Location of the stroke lesion will strongly influence the potential for recovery. For example, from lesion analysis work, it is known that a stroke lesion to the internal capsule is particularly problematic for motor recovery because the output of motor signals converges on this subcortical brain structure (Shelton and Reding, 2001). One of the major appeals of DTI for stroke recovery research is therefore the ability to visualize the integrity of the corticospinal tract (shown in Figure 3B). DTI can be used to probe the integrity of the corticospinal tract within the first weeks after stroke, and early DTI measures are highly correlated with residual motor function in the acute and chronic stage (Radlinska et al., 2010). Thus, DTI measures may help to inform whether a patient has the potential to recover a particular behavior or not.

Diffusion tensor imaging data can also be used for tractography, which is a non-invasive method for mapping the paths of white matter fibers in the brain (Ashburner and Friston, 2000). Remarkable pictures of white matter tracts have been generated in monkeys (Adluru et al., 2012) and in the post mortem human brain (Kansagra and Wong, 2008b) although this image quality is currently logistically impractical in routine clinical MRI due to the long scan times that are required. Part of the reason for these long scan times is that the basic diffusion tensor model for white matter does not account well for regions of the brain that have crossing fibers. More sophisticated models require more gradient orientations, and high spatial resolution is paramount. This is a promising methodology for use in stroke patients, and concerted research efforts are under way to improve MRI hardware and enhance the clinical practicality of DTI tractography (Van Essen et al., 2012). For now, however, FA measures derived from DTI remain the primary method of quantifying anisotropic diffusion.

Functional MRI

Blood oxygenation level-dependent (BOLD) fMRI (Ogawa et al., 1990; Borresen and Lambert, 2008) has revolutionized neuroscience through its capability to measure signal changes associated with neuronal activity generated by sensory stimuli, or by behavioral tasks involving memory, cognition, action, or emotion. Neurons communicate with glial cells and the nearby microvasculature to signal for the delivery of additional blood through vasodilation, when neuronal activity levels increase. The neurovascular unit that governs such processes represents the ultimate spatial resolution achievable with hemodynamic measures of brain activity, in the range of hundreds of microns (Menon and Goodyear, 1999). Due to contrast to noise ratio considerations, however, fMRI studies are typically conducted with voxel dimensions of several millimeters. Researchers have determined that the local field potentials arising from healthy populations of neurons are strongly correlated with BOLD-fMRI signals (Logothetis et al., 2001).

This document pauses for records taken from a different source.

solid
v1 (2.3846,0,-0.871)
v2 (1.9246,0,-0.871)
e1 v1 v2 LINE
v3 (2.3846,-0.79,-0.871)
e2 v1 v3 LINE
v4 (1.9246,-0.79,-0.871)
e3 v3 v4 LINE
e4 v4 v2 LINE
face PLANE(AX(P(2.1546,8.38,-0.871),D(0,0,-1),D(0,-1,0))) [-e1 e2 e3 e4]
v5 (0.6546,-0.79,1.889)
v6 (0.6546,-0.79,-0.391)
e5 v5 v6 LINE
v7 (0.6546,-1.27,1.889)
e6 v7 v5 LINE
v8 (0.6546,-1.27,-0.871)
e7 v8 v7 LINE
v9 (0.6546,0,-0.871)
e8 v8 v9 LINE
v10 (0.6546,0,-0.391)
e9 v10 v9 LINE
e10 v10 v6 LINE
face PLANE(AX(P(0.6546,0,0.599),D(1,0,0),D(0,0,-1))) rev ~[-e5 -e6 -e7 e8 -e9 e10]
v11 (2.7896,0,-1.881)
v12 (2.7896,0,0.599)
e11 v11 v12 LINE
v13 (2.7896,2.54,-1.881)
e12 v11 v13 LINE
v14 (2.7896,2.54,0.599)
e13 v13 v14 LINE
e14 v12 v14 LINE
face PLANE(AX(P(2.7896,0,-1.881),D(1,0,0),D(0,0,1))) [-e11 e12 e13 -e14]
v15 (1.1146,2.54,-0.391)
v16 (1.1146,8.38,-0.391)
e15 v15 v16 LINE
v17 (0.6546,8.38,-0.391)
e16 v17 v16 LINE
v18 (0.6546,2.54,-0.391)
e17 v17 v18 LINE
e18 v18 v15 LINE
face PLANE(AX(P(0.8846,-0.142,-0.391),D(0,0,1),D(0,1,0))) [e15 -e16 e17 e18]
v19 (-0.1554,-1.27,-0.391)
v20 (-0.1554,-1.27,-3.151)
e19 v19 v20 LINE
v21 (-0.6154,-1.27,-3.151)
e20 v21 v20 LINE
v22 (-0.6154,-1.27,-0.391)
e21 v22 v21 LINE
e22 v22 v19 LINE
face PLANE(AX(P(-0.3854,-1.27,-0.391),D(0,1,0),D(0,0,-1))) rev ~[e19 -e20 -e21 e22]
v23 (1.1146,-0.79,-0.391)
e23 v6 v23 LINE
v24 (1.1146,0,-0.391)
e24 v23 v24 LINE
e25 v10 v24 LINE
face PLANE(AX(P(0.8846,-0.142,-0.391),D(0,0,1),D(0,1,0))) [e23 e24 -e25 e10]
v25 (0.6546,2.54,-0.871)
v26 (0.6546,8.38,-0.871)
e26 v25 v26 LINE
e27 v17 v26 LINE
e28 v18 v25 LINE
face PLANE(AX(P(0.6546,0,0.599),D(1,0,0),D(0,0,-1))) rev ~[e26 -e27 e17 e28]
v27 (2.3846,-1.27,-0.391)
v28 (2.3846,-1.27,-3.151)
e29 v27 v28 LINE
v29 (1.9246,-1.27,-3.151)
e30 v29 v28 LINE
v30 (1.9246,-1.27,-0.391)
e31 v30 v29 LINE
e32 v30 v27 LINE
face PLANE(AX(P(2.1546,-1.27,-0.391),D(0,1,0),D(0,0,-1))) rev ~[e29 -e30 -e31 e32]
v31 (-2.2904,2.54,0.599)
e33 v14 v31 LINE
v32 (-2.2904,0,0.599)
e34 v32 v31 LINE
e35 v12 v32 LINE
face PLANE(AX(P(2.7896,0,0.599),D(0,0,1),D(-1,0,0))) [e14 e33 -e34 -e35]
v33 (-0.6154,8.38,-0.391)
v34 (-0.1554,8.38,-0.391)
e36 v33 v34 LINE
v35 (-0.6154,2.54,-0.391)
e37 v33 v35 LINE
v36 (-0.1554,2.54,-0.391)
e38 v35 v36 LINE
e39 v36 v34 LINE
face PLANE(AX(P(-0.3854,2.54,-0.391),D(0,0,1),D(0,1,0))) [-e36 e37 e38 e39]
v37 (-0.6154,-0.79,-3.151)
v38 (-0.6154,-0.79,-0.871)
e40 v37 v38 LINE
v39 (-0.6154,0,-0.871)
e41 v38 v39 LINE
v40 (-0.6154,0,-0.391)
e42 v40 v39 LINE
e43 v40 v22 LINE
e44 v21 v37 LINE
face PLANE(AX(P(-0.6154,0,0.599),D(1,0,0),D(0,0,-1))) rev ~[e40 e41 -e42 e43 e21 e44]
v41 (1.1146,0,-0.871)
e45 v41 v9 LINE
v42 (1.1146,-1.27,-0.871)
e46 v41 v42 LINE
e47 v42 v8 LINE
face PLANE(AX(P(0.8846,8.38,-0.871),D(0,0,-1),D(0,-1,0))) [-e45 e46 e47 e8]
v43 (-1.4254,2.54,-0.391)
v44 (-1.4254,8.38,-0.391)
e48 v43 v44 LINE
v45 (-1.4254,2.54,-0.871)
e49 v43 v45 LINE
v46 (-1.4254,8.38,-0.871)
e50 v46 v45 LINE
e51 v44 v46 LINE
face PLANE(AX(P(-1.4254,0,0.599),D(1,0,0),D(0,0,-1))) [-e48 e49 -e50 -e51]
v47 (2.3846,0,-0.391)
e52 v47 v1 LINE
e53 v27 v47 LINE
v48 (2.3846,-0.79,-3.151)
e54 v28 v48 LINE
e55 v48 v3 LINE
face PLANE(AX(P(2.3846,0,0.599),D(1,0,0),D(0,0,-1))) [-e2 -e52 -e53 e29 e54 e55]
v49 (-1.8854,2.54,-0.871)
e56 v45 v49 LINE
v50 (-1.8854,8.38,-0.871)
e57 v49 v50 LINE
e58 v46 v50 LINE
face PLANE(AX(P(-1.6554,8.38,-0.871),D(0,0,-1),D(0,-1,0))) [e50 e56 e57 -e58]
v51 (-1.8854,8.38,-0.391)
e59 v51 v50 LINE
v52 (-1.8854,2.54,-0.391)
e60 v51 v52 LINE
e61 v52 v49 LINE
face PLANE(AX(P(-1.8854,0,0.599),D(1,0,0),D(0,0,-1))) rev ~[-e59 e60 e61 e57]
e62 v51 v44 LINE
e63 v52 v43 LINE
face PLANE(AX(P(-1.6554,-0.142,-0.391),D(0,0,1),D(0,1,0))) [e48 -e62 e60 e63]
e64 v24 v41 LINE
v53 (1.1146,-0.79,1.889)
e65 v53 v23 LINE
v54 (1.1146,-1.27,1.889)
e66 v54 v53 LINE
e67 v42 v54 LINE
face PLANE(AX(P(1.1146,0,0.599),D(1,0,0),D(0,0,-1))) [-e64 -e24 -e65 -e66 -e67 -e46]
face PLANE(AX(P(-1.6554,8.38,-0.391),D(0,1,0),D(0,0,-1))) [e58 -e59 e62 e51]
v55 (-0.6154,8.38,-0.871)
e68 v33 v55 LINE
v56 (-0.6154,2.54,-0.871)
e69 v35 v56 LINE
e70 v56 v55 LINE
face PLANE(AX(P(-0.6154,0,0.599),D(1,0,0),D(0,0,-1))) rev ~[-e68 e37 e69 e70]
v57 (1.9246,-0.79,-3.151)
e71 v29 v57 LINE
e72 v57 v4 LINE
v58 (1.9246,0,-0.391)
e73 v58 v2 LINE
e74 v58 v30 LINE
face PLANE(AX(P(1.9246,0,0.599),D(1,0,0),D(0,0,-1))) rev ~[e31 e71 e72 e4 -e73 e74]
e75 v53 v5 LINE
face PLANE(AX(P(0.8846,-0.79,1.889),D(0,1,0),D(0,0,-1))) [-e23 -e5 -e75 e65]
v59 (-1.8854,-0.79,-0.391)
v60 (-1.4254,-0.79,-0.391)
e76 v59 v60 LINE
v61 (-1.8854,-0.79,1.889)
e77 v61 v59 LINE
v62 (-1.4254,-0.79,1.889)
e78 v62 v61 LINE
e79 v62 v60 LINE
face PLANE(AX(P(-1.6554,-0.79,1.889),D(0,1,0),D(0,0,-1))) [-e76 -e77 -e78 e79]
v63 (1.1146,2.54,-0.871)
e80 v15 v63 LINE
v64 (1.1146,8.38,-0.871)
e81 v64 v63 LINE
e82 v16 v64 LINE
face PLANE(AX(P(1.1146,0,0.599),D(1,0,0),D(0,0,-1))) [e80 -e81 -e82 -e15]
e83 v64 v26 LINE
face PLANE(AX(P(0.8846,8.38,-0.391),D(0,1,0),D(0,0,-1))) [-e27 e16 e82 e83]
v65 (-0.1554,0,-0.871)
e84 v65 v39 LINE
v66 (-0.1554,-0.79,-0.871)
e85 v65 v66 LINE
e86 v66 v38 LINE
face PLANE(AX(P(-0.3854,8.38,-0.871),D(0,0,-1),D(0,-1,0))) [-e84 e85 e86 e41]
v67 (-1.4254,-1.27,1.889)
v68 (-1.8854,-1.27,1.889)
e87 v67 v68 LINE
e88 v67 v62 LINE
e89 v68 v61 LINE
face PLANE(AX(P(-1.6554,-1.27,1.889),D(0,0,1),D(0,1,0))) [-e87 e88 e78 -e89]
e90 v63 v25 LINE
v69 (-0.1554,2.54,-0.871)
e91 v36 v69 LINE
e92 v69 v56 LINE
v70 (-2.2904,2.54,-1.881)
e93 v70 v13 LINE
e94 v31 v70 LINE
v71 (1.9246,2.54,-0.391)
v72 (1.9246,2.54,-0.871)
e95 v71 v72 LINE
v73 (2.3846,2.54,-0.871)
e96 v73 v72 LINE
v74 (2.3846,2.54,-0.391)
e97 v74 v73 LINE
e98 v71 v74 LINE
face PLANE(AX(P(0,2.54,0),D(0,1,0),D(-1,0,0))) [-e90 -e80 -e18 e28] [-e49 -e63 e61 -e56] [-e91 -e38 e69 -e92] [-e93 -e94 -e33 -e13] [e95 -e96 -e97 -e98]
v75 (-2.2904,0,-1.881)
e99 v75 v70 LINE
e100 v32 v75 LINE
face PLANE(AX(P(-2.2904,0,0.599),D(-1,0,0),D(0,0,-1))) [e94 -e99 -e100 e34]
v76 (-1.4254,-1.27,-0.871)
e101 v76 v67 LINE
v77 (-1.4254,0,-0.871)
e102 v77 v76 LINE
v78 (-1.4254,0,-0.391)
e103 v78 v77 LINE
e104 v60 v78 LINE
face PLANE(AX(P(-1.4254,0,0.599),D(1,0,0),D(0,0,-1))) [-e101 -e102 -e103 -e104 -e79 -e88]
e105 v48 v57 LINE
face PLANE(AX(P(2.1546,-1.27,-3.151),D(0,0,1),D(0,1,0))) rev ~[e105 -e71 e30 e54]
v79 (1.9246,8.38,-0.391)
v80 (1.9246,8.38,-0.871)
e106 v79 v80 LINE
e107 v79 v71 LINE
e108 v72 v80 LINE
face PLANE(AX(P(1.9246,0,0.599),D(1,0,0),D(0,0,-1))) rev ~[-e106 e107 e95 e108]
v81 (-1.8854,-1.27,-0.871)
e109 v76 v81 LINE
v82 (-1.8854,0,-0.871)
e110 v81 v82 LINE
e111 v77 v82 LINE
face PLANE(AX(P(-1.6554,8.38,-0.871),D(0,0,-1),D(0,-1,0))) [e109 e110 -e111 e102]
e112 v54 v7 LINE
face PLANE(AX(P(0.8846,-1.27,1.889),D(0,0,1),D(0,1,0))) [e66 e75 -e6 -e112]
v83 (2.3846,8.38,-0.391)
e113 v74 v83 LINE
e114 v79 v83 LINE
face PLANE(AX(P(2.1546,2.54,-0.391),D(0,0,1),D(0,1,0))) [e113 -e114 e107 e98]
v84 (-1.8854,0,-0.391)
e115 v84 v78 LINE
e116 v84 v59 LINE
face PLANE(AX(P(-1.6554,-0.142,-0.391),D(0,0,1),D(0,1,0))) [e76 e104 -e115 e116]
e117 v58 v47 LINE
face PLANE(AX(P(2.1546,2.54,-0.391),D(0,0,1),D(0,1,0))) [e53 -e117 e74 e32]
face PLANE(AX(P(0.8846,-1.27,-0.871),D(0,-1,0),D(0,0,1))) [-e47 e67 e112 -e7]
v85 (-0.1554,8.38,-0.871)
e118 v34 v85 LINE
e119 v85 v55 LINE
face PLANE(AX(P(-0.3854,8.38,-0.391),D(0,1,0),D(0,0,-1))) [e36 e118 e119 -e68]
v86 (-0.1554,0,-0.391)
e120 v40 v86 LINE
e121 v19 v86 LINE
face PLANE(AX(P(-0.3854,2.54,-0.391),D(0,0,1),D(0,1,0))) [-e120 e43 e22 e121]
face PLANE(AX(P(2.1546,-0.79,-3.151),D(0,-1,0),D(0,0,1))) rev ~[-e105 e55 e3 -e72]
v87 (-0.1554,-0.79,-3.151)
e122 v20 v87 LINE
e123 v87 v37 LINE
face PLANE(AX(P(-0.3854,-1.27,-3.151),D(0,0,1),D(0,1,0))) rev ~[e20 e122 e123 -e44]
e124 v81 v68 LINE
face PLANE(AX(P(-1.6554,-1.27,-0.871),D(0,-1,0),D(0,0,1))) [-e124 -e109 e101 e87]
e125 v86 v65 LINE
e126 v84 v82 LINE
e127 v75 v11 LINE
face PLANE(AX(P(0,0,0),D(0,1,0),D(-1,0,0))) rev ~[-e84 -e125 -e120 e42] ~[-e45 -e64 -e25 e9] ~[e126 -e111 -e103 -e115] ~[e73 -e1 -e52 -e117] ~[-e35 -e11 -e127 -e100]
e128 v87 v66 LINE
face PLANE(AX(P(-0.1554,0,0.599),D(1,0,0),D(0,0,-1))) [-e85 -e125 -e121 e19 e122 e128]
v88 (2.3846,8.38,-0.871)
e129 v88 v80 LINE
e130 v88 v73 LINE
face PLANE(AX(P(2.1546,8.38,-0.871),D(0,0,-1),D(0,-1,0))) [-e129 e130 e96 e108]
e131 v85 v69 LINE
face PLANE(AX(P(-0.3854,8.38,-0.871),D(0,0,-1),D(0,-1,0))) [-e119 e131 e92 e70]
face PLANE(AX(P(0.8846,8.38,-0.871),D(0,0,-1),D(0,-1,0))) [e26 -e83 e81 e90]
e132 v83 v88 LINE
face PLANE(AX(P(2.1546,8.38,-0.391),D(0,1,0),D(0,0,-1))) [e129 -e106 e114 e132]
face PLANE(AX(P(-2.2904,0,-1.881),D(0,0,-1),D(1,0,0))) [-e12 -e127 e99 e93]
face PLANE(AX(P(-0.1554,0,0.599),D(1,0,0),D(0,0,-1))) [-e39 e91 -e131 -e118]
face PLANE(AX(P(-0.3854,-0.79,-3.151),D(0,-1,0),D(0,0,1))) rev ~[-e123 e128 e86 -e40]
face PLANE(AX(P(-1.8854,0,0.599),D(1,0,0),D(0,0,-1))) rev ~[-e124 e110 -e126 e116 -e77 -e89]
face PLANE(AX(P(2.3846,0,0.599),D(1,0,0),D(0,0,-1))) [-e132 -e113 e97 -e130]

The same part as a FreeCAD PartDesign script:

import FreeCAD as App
import Part
import Sketcher
from FreeCAD import Vector
Q = App.Units.Quantity


def add_polygon(sketch, points):
    """Adds a closed chain of lines whose ends are joined by coincident constraints."""
    first, n = sketch.GeometryCount, len(points)
    for a, b in zip(points, points[1:] + points[:1]):
        sketch.addGeometry(Part.LineSegment(App.Vector(*a, 0), App.Vector(*b, 0)), False)
    for i in range(n):
        sketch.addConstraint(Sketcher.Constraint("Coincident", first + i, 2, first + (i + 1) % n, 1))

doc = App.newDocument("Part")
body = doc.addObject("PartDesign::Body", "Body")

sketch1 = body.newObject("Sketcher::SketchObject", "Sketch")
sketch1.AttachmentSupport = (doc.getObject("XZ_Plane"), [""])
sketch1.MapMode = "FlatFace"
add_polygon(sketch1, [(-2.3, 0.6), (2.8, 0.6), (2.8, -1.9), (-2.3, -1.9)])
sketch1.addConstraint([
    Sketcher.Constraint("Horizontal", 0),
    Sketcher.Constraint("Vertical", 1),
    Sketcher.Constraint("Horizontal", 2),
    Sketcher.Constraint("Vertical", 3),
    Sketcher.Constraint("DistanceX", 0, 1, 0, 2, Q("0.2 in")),
    Sketcher.Constraint("DistanceY", 1, 2, 1, 1, Q("2.48 mm")),
    Sketcher.Constraint("DistanceX", -1, 1, 0, 2, Q("2.7896 mm")),
    Sketcher.Constraint("DistanceY", -1, 1, 0, 2, Q("0.599 mm")),
])
pad1 = body.newObject("PartDesign::Pad", "Pad")
pad1.Profile = sketch1
pad1.Length = Q("0.1 in")
pad1.Reversed = True

sketch2 = body.newObject("Sketcher::SketchObject", "Sketch001")
sketch2.AttachmentSupport = (doc.getObject("YZ_Plane"), [""])
sketch2.MapMode = "FlatFace"
sketch2.AttachmentOffset = App.Placement(Vector(0, 0, 2.1546), App.Rotation())
add_polygon(sketch2, [(8.38, -0.87), (8.38, -0.39), (-1.27, -0.39), (-1.27, -3.15), (-0.79, -3.15), (-0.79, -0.87)])
sketch2.addConstraint([
    Sketcher.Constraint("Vertical", 0),
    Sketcher.Constraint("Horizontal", 1),
    Sketcher.Constraint("Vertical", 2),
    Sketcher.Constraint("Horizontal", 3),
    Sketcher.Constraint("Vertical", 4),
    Sketcher.Constraint("Horizontal", 5),
    Sketcher.Constraint("Equal", 3, 0),
    Sketcher.Constraint("DistanceX", 1, 2, -1, 1, Q("0.05 in")),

In healthy individuals with an intact neurovascular unit, the BOLD-fMRI response to neuronal activity is characterized by three distinct phases: (1) a fast response lasting 1–2 s when there is a very small decrease in the BOLD signal, (2) a larger hyperemic signal increase caused by the inflow of oxygenated blood, peaking approximately 4–5 s after the neural stimulus, and (3) a refractory period lasting approximately 10 s during which the BOLD signal undershoots and then reaches the baseline level (Norris, 2006). The period of hyperemia provides the most robust means to detect increases in brain activity and the shape of this hemodynamic response is often modeled as a gamma-variate function (Cohen, 1997). BOLD signal characteristics are a complex function of multiple physiological parameters such as CBF, CBV, cerebral rate of metabolic oxygen consumption, and hematocrit. The key property used for generating fMRI, through which these other parameter changes are viewed, is the effect of oxygenation status on the net magnetic susceptibility of blood (oxyhemoglobin is diamagnetic and deoxyhemoglobin is paramagnetic, as described above). Thus, the predominant method for measuring BOLD-fMRI signal changes at 1.5 Tesla and 3.0 Tesla involves using T2*-weighted EPI technique to generate time-series data during periods of neuronal activity. The resulting signal changes are typically small, only a few percent from signal baseline, partly due to the small volumetric fraction of blood in tissues. The upper bound for the BOLD signal, which occurs when deoxyhemoglobin concentrations become negligible, has been estimated as approximately 6% in gray matter at 3T (Bulte et al., 2012). Instances where computed BOLD-fMRI signal changes are larger than 6% should be scrutinized rigorously for spurious signal contamination, from sources such as larger-scale vasculature (Nencka and Rowe, 2007) and head motion. Regarding the latter source of artifact, it is unfortunately the case that head motions of a few millimeters easily contaminate BOLD-fMRI signals. This has long been a problem that affects clinical utility of fMRI, although recent technological improvements are beginning to have an impact (Rotenberg et al., 2013).

Task-Based BOLD fMRI

The majority of the fMRI literature includes task-based experiments, whereby participants alternate between different behavioral or stimulus conditions to induce a measurable BOLD signal change. For example, the simplest approach is to alternate between one specific stimulus/task and a resting condition (often visual fixation on a displayed cursor). When the stimulus/task is very brief (approximately 0.1–4 s), the experimental design is described as “event-related,” whereas longer duration task and control condition periods (typically 15–30 s) are used in “block-designs” (shown in Figure 3C). In stroke recovery research, the majority of fMRI studies have used a block-design primarily because the block-design affords greater detection sensitivity (Calautti and Baron, 2003). Irrespective of the experimental design, the task of interest is undertaken in multiple repetitions to improve the ability to detect brain activity under limited SNR conditions. The majority of fMRI analyses use a simple General Linear Model approach to determine which voxels in the brain show signal patterns consistent with the task design, while accounting for the sluggishness of the BOLD hemodynamic response (Price et al., 2006).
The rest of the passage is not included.